Depending on the nature of the business, customer segmentation can require some serious mathematical analysis to be done properly. However, in the spirit of our non-geek guide, we will approach customer segmentation by asking one simple question:
How would I group my customers if I wanted to customize my marketing, retention, or product offerings?
Customer segmentation can occur on many bases: demographic, psychographic, behavioral, and so forth. The key is knowing which breakdown is most valuable for your business.
The most logical first step is to break down the segments based on differentiated products or services. For instance, say your department provides support services both to small businesses and individuals. If the offerings to these two types of customers are distinct, you would probably want to segment your customer base into business customers and individual customers. In other words, you would calculate a Customer Lifetime Value for each segment.
If your business does not have obvious divisions like the one above, you should consider what factors have the most impact on customer buying characteristics - or segment on behavior itself. In the first case, you would simply ask yourself what impacts purchasing. Do men and women have different buying patterns? Is household income important to purchasing behavior? Is there a psychographic factor like "plays golf more than twice a week" that really differentiates activity?
Sometimes behavioral data, how the customer behaves with your business, is the best way to segment. Do you retain customers who buy your premium product at a significantly greater rate than all others? Is three purchases the magic number that makes a customer stick significantly longer? Do customers who remain after 9 months increase their average lifetime purchases by more than double?
As you can see, your ability to segment your customer base is directly related to what you know about your customers (or are willing to find out). However, in the spirit of our non-geek approach, let me advise you to start with your gut. If you know your business, you probably have an innate sense of what types of customers act what way. Try to fill in the blanks on this statement:
For example... Customers who are over 55 tend to retain longer. Customers who subscribe to the newsletter tend to have much higher average purchases.
Go with your instinct first, then dig into your data to try to prove or disprove your hunch.
Technically, the calculation of Customer Lifetime Value should include acquisition and retentions costs. To know a customer's true lifetime value, you need to subtract the cost to acquire and keep that customer. However, I find it helpful to calculate CLV without acquisition and retention costs. To me, this is the best way to isolate variables and to see their effect when using the back of the napkin approach.

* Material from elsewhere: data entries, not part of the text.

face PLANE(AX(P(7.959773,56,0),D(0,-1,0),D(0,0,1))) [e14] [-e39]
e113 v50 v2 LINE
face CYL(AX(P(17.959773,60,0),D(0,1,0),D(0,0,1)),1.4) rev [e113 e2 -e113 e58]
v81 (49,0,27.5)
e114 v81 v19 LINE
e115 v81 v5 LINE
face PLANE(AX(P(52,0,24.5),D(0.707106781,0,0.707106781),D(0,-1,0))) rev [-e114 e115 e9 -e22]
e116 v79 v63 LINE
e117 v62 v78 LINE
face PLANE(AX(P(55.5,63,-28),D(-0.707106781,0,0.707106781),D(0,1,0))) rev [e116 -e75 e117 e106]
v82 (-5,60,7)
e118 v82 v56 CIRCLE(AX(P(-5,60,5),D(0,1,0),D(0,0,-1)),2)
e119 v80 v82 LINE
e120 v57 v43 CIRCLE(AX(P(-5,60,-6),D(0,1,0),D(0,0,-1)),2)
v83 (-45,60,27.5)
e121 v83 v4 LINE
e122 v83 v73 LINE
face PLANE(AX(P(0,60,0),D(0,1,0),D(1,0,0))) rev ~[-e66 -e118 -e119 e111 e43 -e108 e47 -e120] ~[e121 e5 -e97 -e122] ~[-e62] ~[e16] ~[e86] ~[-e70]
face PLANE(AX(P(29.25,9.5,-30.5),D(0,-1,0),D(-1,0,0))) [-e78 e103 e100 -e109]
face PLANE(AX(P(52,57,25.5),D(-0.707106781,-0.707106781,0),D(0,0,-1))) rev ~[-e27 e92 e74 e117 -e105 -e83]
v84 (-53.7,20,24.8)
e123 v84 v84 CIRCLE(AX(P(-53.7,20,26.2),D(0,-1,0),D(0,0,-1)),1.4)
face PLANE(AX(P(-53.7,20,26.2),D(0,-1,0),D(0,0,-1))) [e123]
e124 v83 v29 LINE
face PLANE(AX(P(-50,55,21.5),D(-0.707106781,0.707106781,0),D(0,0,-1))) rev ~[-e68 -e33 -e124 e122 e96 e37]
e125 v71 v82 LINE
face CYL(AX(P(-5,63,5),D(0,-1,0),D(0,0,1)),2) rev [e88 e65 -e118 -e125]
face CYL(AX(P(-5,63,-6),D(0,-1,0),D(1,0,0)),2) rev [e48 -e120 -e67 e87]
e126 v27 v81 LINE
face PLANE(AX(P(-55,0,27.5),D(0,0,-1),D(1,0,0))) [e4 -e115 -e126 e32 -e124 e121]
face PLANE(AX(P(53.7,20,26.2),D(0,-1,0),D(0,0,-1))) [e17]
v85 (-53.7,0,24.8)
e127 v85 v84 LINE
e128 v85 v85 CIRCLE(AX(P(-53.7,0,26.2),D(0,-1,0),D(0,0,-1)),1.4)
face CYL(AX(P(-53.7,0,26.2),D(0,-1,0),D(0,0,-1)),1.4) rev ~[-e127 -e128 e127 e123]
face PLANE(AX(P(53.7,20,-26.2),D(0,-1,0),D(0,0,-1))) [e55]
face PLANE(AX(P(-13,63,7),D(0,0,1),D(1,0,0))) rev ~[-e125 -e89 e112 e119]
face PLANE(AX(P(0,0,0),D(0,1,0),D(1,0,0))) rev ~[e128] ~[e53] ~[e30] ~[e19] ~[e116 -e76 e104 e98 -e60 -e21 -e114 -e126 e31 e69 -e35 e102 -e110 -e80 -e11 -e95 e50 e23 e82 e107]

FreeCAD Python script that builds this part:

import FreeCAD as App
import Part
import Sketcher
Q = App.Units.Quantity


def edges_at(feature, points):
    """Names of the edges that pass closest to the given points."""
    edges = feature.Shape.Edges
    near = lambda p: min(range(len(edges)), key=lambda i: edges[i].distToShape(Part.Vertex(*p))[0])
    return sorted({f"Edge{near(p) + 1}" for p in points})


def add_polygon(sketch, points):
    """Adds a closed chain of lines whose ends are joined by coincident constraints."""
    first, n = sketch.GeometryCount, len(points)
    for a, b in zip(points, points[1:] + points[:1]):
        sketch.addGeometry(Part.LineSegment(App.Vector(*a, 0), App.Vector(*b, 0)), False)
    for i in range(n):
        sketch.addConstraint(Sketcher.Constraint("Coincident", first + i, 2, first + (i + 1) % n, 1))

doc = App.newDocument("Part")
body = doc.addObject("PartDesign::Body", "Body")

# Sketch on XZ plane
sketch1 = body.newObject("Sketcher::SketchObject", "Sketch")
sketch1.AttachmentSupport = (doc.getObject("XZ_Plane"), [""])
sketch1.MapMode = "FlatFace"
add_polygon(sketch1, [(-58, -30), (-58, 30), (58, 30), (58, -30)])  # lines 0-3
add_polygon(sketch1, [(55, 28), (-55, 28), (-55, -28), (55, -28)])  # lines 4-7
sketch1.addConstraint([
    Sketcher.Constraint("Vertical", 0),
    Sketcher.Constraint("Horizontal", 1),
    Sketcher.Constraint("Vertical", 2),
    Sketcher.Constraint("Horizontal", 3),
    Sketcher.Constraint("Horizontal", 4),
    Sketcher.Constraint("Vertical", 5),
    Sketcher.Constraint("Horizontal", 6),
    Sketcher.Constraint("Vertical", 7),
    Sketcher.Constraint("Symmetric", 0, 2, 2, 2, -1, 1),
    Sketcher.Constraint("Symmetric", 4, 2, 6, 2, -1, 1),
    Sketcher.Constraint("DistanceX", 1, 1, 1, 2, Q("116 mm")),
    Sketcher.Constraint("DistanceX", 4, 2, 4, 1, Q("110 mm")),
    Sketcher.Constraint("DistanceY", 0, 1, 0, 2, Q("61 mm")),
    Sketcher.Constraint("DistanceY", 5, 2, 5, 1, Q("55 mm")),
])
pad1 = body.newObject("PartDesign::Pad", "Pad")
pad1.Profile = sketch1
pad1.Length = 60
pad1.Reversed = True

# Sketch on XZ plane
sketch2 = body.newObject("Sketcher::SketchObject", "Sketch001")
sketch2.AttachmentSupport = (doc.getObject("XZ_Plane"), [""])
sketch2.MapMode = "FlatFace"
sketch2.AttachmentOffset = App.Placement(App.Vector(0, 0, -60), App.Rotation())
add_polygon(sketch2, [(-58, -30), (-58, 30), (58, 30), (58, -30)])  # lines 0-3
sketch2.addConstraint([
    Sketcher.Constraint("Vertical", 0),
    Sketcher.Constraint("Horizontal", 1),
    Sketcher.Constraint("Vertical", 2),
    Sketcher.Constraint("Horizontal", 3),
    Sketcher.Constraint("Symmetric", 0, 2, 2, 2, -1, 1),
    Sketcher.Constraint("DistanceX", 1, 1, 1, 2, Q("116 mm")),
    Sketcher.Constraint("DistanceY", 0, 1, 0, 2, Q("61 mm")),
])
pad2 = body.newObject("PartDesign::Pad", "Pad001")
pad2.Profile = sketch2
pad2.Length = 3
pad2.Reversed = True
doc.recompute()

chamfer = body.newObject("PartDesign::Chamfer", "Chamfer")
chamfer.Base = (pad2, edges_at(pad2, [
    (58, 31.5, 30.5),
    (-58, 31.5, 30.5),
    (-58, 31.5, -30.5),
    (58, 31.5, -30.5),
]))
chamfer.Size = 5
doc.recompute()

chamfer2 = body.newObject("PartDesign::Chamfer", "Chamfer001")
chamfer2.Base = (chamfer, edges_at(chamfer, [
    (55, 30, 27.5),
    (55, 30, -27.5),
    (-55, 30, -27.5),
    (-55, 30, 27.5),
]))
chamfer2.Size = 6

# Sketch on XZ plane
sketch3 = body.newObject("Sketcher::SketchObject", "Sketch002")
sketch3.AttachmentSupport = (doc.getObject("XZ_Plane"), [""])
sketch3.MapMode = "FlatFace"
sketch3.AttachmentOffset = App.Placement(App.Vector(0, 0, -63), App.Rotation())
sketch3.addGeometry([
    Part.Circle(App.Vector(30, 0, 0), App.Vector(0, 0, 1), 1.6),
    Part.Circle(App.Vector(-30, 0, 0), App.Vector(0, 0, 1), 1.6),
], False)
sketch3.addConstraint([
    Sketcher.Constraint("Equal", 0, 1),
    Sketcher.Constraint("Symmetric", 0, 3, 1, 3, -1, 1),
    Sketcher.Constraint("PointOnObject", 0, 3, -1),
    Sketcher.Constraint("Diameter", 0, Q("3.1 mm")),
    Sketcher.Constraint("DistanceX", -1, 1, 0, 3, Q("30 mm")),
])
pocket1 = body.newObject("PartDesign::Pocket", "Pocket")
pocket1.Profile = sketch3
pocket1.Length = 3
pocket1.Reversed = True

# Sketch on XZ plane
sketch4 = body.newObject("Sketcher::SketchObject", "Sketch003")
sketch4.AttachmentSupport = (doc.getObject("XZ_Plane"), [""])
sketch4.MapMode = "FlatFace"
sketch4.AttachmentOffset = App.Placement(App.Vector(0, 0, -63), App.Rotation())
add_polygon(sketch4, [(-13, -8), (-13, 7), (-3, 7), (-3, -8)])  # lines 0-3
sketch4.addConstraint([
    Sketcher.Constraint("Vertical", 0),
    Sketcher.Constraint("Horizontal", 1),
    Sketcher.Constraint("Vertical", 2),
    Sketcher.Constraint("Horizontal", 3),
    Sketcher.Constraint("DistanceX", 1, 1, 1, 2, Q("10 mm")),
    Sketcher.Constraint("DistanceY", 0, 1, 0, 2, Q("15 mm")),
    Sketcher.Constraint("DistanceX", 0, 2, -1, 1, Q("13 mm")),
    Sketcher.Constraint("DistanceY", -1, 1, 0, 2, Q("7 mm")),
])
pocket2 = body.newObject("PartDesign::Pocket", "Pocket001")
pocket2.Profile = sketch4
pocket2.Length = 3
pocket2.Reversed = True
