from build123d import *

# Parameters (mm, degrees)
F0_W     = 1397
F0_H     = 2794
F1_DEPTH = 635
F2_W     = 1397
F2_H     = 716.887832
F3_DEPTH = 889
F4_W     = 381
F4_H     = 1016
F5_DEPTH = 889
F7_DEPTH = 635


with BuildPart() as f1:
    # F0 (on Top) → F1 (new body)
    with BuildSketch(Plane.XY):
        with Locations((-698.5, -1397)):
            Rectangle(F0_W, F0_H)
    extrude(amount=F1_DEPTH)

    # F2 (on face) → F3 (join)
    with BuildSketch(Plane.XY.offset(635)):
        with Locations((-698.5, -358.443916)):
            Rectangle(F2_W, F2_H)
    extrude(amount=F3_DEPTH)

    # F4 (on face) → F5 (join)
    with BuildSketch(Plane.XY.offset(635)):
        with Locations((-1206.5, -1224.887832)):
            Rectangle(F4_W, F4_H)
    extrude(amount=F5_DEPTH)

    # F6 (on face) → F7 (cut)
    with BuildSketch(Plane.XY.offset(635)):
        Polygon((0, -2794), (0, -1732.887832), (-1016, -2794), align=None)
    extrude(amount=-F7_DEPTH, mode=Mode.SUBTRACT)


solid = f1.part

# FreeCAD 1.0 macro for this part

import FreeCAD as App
import Part
import Sketcher
Q = App.Units.Quantity

doc = App.newDocument("Part")
body = doc.addObject("PartDesign::Body", "Body")

# Sketch on XY plane
sketch1 = doc.addObject("Sketcher::SketchObject", "Sketch")
body.addObject(sketch1)
sketch1.AttachmentSupport = (doc.XY_Plane, [""])
sketch1.MapMode = "FlatFace"
sketch1.addGeometry([
    Part.LineSegment(App.Vector(-1397, 0, 0), App.Vector(-1397, -2794, 0)),
    Part.LineSegment(App.Vector(-1397, -2794, 0), App.Vector(0, -2794, 0)),
    Part.LineSegment(App.Vector(0, -2794, 0), App.Vector(0, 0, 0)),
    Part.LineSegment(App.Vector(0, 0, 0), App.Vector(-1397, 0, 0)),
], False)
sketch1.addConstraint([
    Sketcher.Constraint("Coincident", 0, 2, 1, 1),
    Sketcher.Constraint("Coincident", 1, 2, 2, 1),
    Sketcher.Constraint("Coincident", 2, 2, 3, 1),
    Sketcher.Constraint("Coincident", 3, 2, 0, 1),
    Sketcher.Constraint("Vertical", 0),
    Sketcher.Constraint("Horizontal", 1),
    Sketcher.Constraint("Vertical", 2),
    Sketcher.Constraint("Horizontal", 3),
    Sketcher.Constraint("Coincident", 2, 2, -1, 1),
    Sketcher.Constraint("DistanceX", 1, 1, 1, 2, Q("55 in")),
    Sketcher.Constraint("DistanceY", 0, 2, 0, 1, Q("110 in")),
])
pad1 = doc.addObject("PartDesign::Pad", "Pad")
body.addObject(pad1)
pad1.Profile = sketch1
pad1.Length = Q("25 in")

# Sketch on XY plane
sketch2 = doc.addObject("Sketcher::SketchObject", "Sketch001")
body.addObject(sketch2)
sketch2.AttachmentSupport = (doc.XY_Plane, [""])
sketch2.MapMode = "FlatFace"
sketch2.AttachmentOffset = App.Placement(App.Vector(0, 0, 25 * 25.4), App.Rotation())
sketch2.addGeometry([
    Part.LineSegment(App.Vector(-1397, 0, 0), App.Vector(-1397, -716.887832, 0)),
    Part.LineSegment(App.Vector(-1397, -716.887832, 0), App.Vector(0, -716.887832, 0)),
    Part.LineSegment(App.Vector(0, -716.887832, 0), App.Vector(0, 0, 0)),
    Part.LineSegment(App.Vector(0, 0, 0), App.Vector(-1397, 0, 0)),
], False)
sketch2.addConstraint([
    Sketcher.Constraint("Coincident", 0, 2, 1, 1),
    Sketcher.Constraint("Coincident", 1, 2, 2, 1),
    Sketcher.Constraint("Coincident", 2, 2, 3, 1),
    Sketcher.Constraint("Coincident", 3, 2, 0, 1),
    Sketcher.Constraint("Vertical", 0),
    Sketcher.Constraint("Horizontal", 1),
    Sketcher.Constraint("Vertical", 2),
    Sketcher.Constraint("Horizontal", 3),
    Sketcher.Constraint("Coincident", 2, 2, -1, 1),
    Sketcher.Constraint("DistanceX", 1, 1, 1, 2, Q("55 in")),
    Sketcher.Constraint("DistanceY", 0, 2, 0, 1, Q("716.887832 mm")),
])
pad2 = doc.addObject("PartDesign::Pad", "Pad001")
body.addObject(pad2)
pad2.Profile = sketch2
pad2.Length = Q("35 in")

# Sketch on XY plane
sketch3 = doc.addObject("Sketcher::SketchObject", "Sketch002")
body.addObject(sketch3)
sketch3.AttachmentSupport = (doc.XY_Plane, [""])
sketch3.MapMode = "FlatFace"
sketch3.AttachmentOffset = App.Placement(App.Vector(0, 0, 25 * 25.4), App.Rotation())
sketch3.addGeometry([
    Part.LineSegment(App.Vector(-1397, -716.887832, 0), App.Vector(-1397, -1732.887832, 0)),
    Part.LineSegment(App.Vector(-1397, -1732.887832, 0), App.Vector(-1016, -1732.887832, 0)),
    Part.LineSegment(App.Vector(-1016, -1732.887832, 0), App.Vector(-1016, -716.887832, 0)),
    Part.LineSegment(App.Vector(-1016, -716.887832, 0), App.Vector(-1397, -716.887832, 0)),
], False)
sketch3.addConstraint([
    Sketcher.Constraint("Coincident", 0, 2, 1, 1),
    Sketcher.Constraint("Coincident", 1, 2, 2, 1),
    Sketcher.Constraint("Coincident", 2, 2, 3, 1),
    Sketcher.Constraint("Coincident", 3, 2, 0, 1),
    Sketcher.Constraint("Vertical", 0),
    Sketcher.Constraint("Horizontal", 1),
    Sketcher.Constraint("Vertical", 2),
    Sketcher.Constraint("Horizontal", 3),
    Sketcher.Constraint("DistanceX", 1, 1, 1, 2, Q("15 in")),
    Sketcher.Constraint("DistanceY", 0, 2, 0, 1, Q("40 in")),
    Sketcher.Constraint("DistanceX", 0, 2, -1, 1, Q("55 in")),
    Sketcher.Constraint("DistanceY", 0, 2, -1, 1, Q("1732.887832 mm")),
])
pad3 = doc.addObject("PartDesign::Pad", "Pad002")
body.addObject(pad3)
pad3.Profile = sketch3
pad3.Length = Q("35 in")

# Sketch on XY plane
sketch4 = doc.addObject("Sketcher::SketchObject", "Sketch003")
body.addObject(sketch4)
sketch4.AttachmentSupport = (doc.XY_Plane, [""])
sketch4.MapMode = "FlatFace"
sketch4.AttachmentOffset = App.Placement(App.Vector(0, 0, 25 * 25.4), App.Rotation())
sketch4.addGeometry([
    Part.LineSegment(App.Vector(0, -2794, 0), App.Vector(0, -1732.887832, 0)),
    Part.LineSegment(App.Vector(0, -1732.887832, 0), App.Vector(-1016, -2794, 0)),
    Part.LineSegment(App.Vector(-1016, -2794, 0), App.Vector(0, -2794, 0)),
], False)
sketch4.addConstraint([
    Sketcher.Constraint("Coincident", 0, 2, 1, 1),
    Sketcher.Constraint("Coincident", 1, 2, 2, 1),
    Sketcher.Constraint("Coincident", 2, 2, 0, 1),
    Sketcher.Constraint("Vertical", 0),
    Sketcher.Constraint("Horizontal", 2),
    Sketcher.Constraint("PointOnObject", 0, 2, -2),
    Sketcher.Constraint("DistanceX", 2, 1, 2, 2, Q("40 in")),
    Sketcher.Constraint("DistanceY", 1, 2, -1, 1, Q("110 in")),
    Sketcher.Constraint("DistanceY", 0, 1, 0, 2, Q("1061.112168 mm")),
])
pocket1 = doc.addObject("PartDesign::Pocket", "Pocket")
body.addObject(pocket1)
pocket1.Profile = sketch4
pocket1.Length = Q("25 in")

doc.recompute()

This is similar to the EBITDA concept in accounting - figuring out your earnings before taxes, depreciation, and amortization. It gives you a sense of the purely operational figure, outside of the other inputs.
Let's start with acquisition...
What Are Your Customer Acquisition Costs?
Knowing what it costs to get a customer in the door is one of the most valuable pieces of information any business owner can have. Customer acquisition costs are generally the easiest of the metrics to compute. While each industry and business is different, the broad brush approach is simply to take your marketing expenditures for a period and divide by the number of new clients in the same period.
Try to find a period that is relevant for your business based on how you approach your marketing, and how much lag time there is in your business between marketing and acquisition. Don't forget hidden marketing costs such as loyalty or customer referral programs.
If you are a small business / solopreneur, you would need to measure time spent on blogging, social media, or content creation. If your web site and social media are your only sources of new customers, you would take the time spent on these items in a month, multiply it by your hourly rate, and calculate your marketing cost.
Whatever method is appropriate for your business or department, the goal is to figure out exactly what it costs to acquire a customer.
What Are Your Retention Costs?
If a customer stays with you, on average, for 2.5 years, what are you spending to keep them coming back? Most companies put money into retaining customers, and much of the focus of customer service and customer experience writing is about the retention of customers already acquired. Calculating these costs can be a challenge, because there is a much greater mixture of hard costs and soft costs in this area than are found in the marketing bucket.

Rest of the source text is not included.